▸ EXERCISE BRIEF
From the line with "#334=AXIS2_PLACEMENT_3D('',#236,#102,#57);" through the line with "#340=ORIENTED_EDGE('',*,*,#219,.F.);", repeat the entries verbatim, both end lines included, and add nothing.

Saved data entries

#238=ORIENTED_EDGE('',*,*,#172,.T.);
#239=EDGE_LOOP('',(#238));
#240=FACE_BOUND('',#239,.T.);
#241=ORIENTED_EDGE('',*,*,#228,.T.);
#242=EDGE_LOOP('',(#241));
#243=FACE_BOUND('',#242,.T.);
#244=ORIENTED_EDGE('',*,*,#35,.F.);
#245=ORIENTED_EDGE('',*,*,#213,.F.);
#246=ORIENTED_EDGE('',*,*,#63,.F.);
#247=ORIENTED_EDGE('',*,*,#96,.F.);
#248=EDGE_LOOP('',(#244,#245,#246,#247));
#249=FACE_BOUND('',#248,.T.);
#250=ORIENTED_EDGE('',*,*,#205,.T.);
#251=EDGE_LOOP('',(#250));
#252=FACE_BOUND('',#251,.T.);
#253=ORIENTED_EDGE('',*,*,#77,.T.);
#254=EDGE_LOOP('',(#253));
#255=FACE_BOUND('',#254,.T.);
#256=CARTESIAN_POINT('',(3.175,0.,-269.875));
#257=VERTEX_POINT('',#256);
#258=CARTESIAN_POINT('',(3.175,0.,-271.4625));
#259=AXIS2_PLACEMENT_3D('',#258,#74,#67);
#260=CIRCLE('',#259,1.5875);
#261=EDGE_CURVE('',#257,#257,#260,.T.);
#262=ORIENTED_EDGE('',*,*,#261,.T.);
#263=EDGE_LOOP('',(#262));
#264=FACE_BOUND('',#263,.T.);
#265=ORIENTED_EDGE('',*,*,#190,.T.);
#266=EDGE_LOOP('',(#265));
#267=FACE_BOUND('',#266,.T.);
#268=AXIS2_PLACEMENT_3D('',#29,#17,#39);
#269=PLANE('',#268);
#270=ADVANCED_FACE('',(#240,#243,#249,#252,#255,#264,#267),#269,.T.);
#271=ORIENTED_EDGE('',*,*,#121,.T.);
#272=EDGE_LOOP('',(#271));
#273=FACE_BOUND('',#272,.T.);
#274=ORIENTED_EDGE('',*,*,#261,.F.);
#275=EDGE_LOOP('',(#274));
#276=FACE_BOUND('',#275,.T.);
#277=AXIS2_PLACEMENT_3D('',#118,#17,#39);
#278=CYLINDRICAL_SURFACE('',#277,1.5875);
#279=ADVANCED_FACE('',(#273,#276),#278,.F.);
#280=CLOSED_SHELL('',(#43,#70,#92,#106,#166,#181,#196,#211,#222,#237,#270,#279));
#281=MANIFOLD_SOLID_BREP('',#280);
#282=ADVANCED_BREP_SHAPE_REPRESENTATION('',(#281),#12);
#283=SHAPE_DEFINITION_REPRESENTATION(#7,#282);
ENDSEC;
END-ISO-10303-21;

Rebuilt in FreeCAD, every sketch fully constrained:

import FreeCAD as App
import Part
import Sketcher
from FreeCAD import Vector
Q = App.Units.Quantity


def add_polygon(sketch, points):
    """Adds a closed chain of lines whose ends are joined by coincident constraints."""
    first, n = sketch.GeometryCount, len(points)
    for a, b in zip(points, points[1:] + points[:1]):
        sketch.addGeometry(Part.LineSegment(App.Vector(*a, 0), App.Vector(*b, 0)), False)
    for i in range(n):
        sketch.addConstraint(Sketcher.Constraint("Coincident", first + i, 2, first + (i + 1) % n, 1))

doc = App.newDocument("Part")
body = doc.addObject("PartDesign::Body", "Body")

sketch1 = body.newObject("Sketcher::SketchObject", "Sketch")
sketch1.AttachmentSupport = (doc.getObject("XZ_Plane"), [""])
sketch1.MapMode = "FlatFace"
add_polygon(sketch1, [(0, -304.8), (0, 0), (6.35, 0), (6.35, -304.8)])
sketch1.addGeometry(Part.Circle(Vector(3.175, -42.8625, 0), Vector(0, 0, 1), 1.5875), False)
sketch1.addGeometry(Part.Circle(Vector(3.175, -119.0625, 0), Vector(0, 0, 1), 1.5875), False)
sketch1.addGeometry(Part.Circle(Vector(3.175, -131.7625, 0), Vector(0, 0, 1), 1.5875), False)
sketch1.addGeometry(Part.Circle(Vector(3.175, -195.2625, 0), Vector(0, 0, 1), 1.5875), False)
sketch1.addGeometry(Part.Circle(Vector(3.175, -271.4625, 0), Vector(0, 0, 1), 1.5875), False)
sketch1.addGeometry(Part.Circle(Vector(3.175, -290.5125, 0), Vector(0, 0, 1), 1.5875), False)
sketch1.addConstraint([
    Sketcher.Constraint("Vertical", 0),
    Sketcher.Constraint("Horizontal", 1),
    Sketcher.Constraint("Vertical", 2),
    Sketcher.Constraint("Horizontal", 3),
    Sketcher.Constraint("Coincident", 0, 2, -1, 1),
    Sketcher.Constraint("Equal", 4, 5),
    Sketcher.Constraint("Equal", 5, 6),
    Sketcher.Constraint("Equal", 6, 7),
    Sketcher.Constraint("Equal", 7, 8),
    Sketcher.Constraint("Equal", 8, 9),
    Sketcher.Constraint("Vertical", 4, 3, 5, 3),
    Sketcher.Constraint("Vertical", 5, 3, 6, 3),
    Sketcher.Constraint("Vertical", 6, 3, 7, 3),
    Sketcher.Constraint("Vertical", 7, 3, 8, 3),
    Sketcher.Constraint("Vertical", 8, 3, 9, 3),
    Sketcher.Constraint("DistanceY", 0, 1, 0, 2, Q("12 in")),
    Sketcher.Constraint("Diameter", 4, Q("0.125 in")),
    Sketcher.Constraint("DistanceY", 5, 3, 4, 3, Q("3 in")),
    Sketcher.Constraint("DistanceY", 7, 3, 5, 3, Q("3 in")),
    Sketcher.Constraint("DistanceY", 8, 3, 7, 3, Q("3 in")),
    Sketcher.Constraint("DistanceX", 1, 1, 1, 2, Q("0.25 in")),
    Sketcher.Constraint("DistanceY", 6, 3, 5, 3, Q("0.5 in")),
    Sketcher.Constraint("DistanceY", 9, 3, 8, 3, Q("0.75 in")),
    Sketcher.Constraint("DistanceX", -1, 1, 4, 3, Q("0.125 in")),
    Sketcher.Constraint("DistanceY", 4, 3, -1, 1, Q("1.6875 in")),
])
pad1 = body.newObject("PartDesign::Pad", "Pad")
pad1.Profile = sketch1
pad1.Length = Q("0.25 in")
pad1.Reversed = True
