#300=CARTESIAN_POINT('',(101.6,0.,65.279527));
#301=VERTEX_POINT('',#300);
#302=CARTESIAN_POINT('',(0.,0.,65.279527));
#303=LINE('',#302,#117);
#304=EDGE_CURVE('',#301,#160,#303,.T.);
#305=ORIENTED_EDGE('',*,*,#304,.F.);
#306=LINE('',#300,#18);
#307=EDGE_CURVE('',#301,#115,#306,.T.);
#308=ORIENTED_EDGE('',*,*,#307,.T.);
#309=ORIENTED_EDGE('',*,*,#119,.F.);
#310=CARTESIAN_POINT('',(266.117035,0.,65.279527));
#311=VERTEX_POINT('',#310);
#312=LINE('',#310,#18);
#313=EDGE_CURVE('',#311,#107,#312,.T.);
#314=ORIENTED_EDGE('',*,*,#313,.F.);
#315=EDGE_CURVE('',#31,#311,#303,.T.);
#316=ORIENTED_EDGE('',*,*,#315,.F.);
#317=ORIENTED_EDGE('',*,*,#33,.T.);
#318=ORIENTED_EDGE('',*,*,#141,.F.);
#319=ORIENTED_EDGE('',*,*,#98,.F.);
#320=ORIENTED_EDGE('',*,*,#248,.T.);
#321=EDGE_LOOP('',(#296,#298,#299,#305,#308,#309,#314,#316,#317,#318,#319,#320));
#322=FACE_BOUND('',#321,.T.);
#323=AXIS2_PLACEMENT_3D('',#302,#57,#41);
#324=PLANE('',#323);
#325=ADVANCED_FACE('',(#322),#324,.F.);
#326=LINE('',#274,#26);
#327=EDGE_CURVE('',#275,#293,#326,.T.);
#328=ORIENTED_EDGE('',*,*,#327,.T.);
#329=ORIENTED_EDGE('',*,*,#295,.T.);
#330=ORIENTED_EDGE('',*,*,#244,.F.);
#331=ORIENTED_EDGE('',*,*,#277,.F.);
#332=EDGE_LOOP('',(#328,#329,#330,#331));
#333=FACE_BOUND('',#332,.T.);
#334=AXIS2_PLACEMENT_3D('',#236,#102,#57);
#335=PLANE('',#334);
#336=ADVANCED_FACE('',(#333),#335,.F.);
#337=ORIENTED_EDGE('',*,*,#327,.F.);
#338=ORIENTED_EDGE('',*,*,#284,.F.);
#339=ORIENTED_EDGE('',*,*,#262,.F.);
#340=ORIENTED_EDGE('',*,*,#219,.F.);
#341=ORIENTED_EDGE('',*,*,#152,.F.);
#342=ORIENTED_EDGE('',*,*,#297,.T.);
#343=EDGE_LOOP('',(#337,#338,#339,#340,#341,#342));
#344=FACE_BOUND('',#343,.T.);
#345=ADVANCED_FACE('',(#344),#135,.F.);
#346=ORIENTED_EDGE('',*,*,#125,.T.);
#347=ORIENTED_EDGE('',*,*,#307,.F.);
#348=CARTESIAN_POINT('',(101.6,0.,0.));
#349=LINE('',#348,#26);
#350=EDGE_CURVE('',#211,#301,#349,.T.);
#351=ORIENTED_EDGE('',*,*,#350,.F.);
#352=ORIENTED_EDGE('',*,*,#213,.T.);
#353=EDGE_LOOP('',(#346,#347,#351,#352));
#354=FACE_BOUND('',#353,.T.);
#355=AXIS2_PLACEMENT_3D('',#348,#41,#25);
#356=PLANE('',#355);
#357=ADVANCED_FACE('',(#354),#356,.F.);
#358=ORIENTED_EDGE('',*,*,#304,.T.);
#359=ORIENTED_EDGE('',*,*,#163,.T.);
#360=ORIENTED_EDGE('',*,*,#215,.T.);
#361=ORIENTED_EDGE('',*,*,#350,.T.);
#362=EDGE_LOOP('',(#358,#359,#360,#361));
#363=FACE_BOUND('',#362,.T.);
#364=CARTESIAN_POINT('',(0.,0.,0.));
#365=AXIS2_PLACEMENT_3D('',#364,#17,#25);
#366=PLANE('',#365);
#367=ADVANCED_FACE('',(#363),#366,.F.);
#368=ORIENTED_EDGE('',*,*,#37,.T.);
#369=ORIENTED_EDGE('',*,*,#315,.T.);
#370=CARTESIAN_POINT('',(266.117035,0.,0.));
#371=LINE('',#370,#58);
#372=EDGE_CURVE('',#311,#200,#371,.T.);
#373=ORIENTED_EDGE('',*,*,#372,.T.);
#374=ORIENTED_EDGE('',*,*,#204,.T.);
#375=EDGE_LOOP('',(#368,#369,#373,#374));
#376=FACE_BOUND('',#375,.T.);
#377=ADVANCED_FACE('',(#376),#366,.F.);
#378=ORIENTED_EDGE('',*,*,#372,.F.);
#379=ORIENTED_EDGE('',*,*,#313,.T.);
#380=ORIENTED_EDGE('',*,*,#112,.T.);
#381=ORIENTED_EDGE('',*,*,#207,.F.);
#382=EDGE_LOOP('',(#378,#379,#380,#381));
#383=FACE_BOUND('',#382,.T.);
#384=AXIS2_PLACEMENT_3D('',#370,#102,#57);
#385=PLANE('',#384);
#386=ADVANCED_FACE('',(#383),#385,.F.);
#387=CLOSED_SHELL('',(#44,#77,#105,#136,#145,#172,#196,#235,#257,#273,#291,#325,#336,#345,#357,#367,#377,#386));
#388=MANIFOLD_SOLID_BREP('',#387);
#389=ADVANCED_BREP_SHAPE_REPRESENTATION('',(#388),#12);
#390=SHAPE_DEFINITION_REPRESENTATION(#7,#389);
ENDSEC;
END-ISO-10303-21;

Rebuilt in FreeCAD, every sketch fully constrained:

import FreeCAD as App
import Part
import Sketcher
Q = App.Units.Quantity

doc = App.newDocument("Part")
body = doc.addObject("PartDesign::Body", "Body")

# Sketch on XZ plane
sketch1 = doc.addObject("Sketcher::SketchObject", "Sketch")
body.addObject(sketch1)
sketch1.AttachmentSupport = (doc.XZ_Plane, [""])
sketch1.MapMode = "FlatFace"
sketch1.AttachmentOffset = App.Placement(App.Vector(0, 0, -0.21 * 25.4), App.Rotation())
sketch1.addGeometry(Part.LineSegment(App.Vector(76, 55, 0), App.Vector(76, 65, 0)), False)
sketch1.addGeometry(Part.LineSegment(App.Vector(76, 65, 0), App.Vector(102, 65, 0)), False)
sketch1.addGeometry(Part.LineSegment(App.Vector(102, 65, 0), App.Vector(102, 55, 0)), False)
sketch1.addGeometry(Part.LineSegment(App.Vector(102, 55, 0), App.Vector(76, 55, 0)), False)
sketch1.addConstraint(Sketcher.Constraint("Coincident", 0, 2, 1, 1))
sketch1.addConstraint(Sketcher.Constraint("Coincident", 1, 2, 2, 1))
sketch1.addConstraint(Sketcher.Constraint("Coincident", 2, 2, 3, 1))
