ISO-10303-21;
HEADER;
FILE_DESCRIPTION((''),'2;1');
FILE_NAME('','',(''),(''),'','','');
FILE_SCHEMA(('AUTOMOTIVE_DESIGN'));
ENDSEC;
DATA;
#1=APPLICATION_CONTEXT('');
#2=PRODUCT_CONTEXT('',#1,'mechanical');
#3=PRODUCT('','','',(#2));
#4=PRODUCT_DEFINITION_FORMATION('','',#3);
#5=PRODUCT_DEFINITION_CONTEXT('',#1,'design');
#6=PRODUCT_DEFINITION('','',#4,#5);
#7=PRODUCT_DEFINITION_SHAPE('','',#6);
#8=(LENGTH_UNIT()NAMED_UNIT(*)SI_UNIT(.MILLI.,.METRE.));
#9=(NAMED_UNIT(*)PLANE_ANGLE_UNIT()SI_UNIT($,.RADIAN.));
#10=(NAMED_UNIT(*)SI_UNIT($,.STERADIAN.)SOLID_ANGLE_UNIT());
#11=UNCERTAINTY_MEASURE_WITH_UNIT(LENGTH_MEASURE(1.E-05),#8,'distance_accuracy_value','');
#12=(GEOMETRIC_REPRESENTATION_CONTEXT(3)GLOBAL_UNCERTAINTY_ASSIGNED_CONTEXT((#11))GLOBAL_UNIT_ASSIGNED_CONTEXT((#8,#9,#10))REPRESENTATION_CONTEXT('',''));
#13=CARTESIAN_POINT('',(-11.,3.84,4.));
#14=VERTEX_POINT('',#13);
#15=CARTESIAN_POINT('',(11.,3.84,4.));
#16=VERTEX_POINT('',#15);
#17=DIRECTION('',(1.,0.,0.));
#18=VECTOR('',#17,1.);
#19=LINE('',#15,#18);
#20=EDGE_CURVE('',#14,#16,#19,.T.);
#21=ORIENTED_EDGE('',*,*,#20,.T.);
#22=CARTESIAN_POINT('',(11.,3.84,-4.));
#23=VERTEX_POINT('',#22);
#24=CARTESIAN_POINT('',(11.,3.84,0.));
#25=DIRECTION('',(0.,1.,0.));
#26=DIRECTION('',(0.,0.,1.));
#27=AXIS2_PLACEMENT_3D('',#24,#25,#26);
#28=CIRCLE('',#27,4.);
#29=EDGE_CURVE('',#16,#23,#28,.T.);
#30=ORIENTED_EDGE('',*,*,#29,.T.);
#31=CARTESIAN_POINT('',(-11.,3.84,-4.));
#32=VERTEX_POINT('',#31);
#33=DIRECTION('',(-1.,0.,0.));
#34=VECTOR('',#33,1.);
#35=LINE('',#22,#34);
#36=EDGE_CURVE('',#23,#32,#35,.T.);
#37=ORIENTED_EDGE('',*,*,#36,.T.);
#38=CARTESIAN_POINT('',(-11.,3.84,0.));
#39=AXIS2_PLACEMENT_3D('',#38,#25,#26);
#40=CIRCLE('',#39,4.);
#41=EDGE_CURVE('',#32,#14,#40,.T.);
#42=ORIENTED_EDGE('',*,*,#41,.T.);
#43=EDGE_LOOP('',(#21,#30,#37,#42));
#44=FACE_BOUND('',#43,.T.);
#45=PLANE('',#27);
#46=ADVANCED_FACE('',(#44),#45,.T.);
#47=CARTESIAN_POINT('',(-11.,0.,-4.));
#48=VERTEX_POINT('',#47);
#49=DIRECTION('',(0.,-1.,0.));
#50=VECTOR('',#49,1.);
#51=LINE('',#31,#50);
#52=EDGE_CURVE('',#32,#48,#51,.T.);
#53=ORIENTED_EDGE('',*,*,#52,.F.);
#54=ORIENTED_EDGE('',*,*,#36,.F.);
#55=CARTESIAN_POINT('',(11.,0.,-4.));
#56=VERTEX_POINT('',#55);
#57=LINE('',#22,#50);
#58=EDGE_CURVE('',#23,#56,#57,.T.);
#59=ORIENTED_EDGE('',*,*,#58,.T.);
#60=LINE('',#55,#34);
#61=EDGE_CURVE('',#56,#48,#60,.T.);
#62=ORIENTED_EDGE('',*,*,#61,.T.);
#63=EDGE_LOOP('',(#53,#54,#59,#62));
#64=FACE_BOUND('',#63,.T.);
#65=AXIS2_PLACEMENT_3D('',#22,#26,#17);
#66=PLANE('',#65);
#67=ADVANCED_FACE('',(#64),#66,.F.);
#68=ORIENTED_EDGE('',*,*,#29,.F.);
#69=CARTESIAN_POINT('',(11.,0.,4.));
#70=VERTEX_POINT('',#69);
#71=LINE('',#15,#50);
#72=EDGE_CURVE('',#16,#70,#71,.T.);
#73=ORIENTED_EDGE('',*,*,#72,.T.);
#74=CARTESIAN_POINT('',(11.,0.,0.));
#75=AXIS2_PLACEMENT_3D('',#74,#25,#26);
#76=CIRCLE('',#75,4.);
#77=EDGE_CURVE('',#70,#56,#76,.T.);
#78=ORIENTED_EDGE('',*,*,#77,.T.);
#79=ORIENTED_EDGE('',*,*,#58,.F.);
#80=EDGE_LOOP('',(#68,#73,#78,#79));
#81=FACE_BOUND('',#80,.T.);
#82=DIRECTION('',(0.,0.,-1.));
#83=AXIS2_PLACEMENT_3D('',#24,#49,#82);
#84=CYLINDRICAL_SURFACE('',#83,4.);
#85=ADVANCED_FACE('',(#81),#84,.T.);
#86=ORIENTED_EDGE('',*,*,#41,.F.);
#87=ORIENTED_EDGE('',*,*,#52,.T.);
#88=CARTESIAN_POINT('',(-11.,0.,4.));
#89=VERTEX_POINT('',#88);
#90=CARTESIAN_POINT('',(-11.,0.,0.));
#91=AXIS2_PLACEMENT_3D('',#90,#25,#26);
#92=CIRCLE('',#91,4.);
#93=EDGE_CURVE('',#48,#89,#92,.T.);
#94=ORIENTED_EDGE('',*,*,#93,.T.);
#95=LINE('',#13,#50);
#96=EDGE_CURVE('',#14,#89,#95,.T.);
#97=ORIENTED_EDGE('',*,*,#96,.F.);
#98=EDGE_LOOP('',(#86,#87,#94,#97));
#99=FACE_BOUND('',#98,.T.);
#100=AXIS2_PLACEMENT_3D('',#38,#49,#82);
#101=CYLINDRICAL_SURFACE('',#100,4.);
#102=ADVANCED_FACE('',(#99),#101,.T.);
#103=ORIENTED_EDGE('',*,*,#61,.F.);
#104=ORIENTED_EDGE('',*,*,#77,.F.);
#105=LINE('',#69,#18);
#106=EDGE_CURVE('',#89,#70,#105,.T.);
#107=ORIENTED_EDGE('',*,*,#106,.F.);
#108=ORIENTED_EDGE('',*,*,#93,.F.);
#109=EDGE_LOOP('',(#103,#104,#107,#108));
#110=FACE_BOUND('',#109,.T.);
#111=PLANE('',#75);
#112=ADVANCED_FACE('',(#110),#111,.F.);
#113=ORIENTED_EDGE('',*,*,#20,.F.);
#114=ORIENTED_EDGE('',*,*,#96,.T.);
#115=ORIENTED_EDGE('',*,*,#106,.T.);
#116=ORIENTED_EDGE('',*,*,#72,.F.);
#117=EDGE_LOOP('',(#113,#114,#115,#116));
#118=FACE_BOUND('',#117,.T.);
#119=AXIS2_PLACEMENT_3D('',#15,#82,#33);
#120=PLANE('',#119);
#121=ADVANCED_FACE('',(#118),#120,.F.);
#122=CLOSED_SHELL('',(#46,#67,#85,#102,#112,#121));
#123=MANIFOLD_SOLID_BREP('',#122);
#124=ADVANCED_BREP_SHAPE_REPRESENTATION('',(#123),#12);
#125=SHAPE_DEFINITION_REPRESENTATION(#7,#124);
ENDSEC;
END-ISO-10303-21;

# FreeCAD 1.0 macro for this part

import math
import FreeCAD as App
import Part
import Sketcher
from FreeCAD import Vector
Q = App.Units.Quantity

doc = App.newDocument("Part")
body = doc.addObject("PartDesign::Body", "Body")

sketch1 = doc.addObject("Sketcher::SketchObject", "Sketch")
body.addObject(sketch1)
sketch1.AttachmentSupport = (doc.XZ_Plane, [""])
sketch1.MapMode = "FlatFace"
sketch1.addGeometry([
    Part.LineSegment(Vector(-11, 4, 0), Vector(11, 4, 0)),
    Part.ArcOfCircle(Part.Circle(Vector(11, 0, 0), Vector(0, 0, 1), 4), math.radians(-90), math.radians(90)),
    Part.LineSegment(Vector(11, -4, 0), Vector(-11, -4, 0)),
    Part.ArcOfCircle(Part.Circle(Vector(-11, 0, 0), Vector(0, 0, 1), 4), math.radians(90), math.radians(270)),
], False)
sketch1.addConstraint([
    Sketcher.Constraint("Tangent", 0, 2, 1, 2),
    Sketcher.Constraint("Tangent", 1, 1, 2, 1),
    Sketcher.Constraint("Tangent", 2, 2, 3, 2),
    Sketcher.Constraint("Tangent", 3, 1, 0, 1),
    Sketcher.Constraint("Horizontal", 0),
    Sketcher.Constraint("Horizontal", 2),
    Sketcher.Constraint("Symmetric", 1, 3, 3, 3, -1, 1),
    Sketcher.Constraint("Radius", 1, Q("4 mm")),
    Sketcher.Constraint("DistanceX", 0, 1, 0, 2, Q("22 mm")),
])
pad1 = doc.addObject("PartDesign::Pad", "Pad")
body.addObject(pad1)
pad1.Profile = sketch1
pad1.Length = 3.84
pad1.Reversed = True

doc.recompute()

▸ SOLUTION TO THE EXERCISE
#334=AXIS2_PLACEMENT_3D('',#236,#102,#57);
#335=PLANE('',#334);
#336=ADVANCED_FACE('',(#333),#335,.F.);
#337=ORIENTED_EDGE('',*,*,#327,.F.);
#338=ORIENTED_EDGE('',*,*,#284,.F.);
#339=ORIENTED_EDGE('',*,*,#262,.F.);
#340=ORIENTED_EDGE('',*,*,#219,.F.);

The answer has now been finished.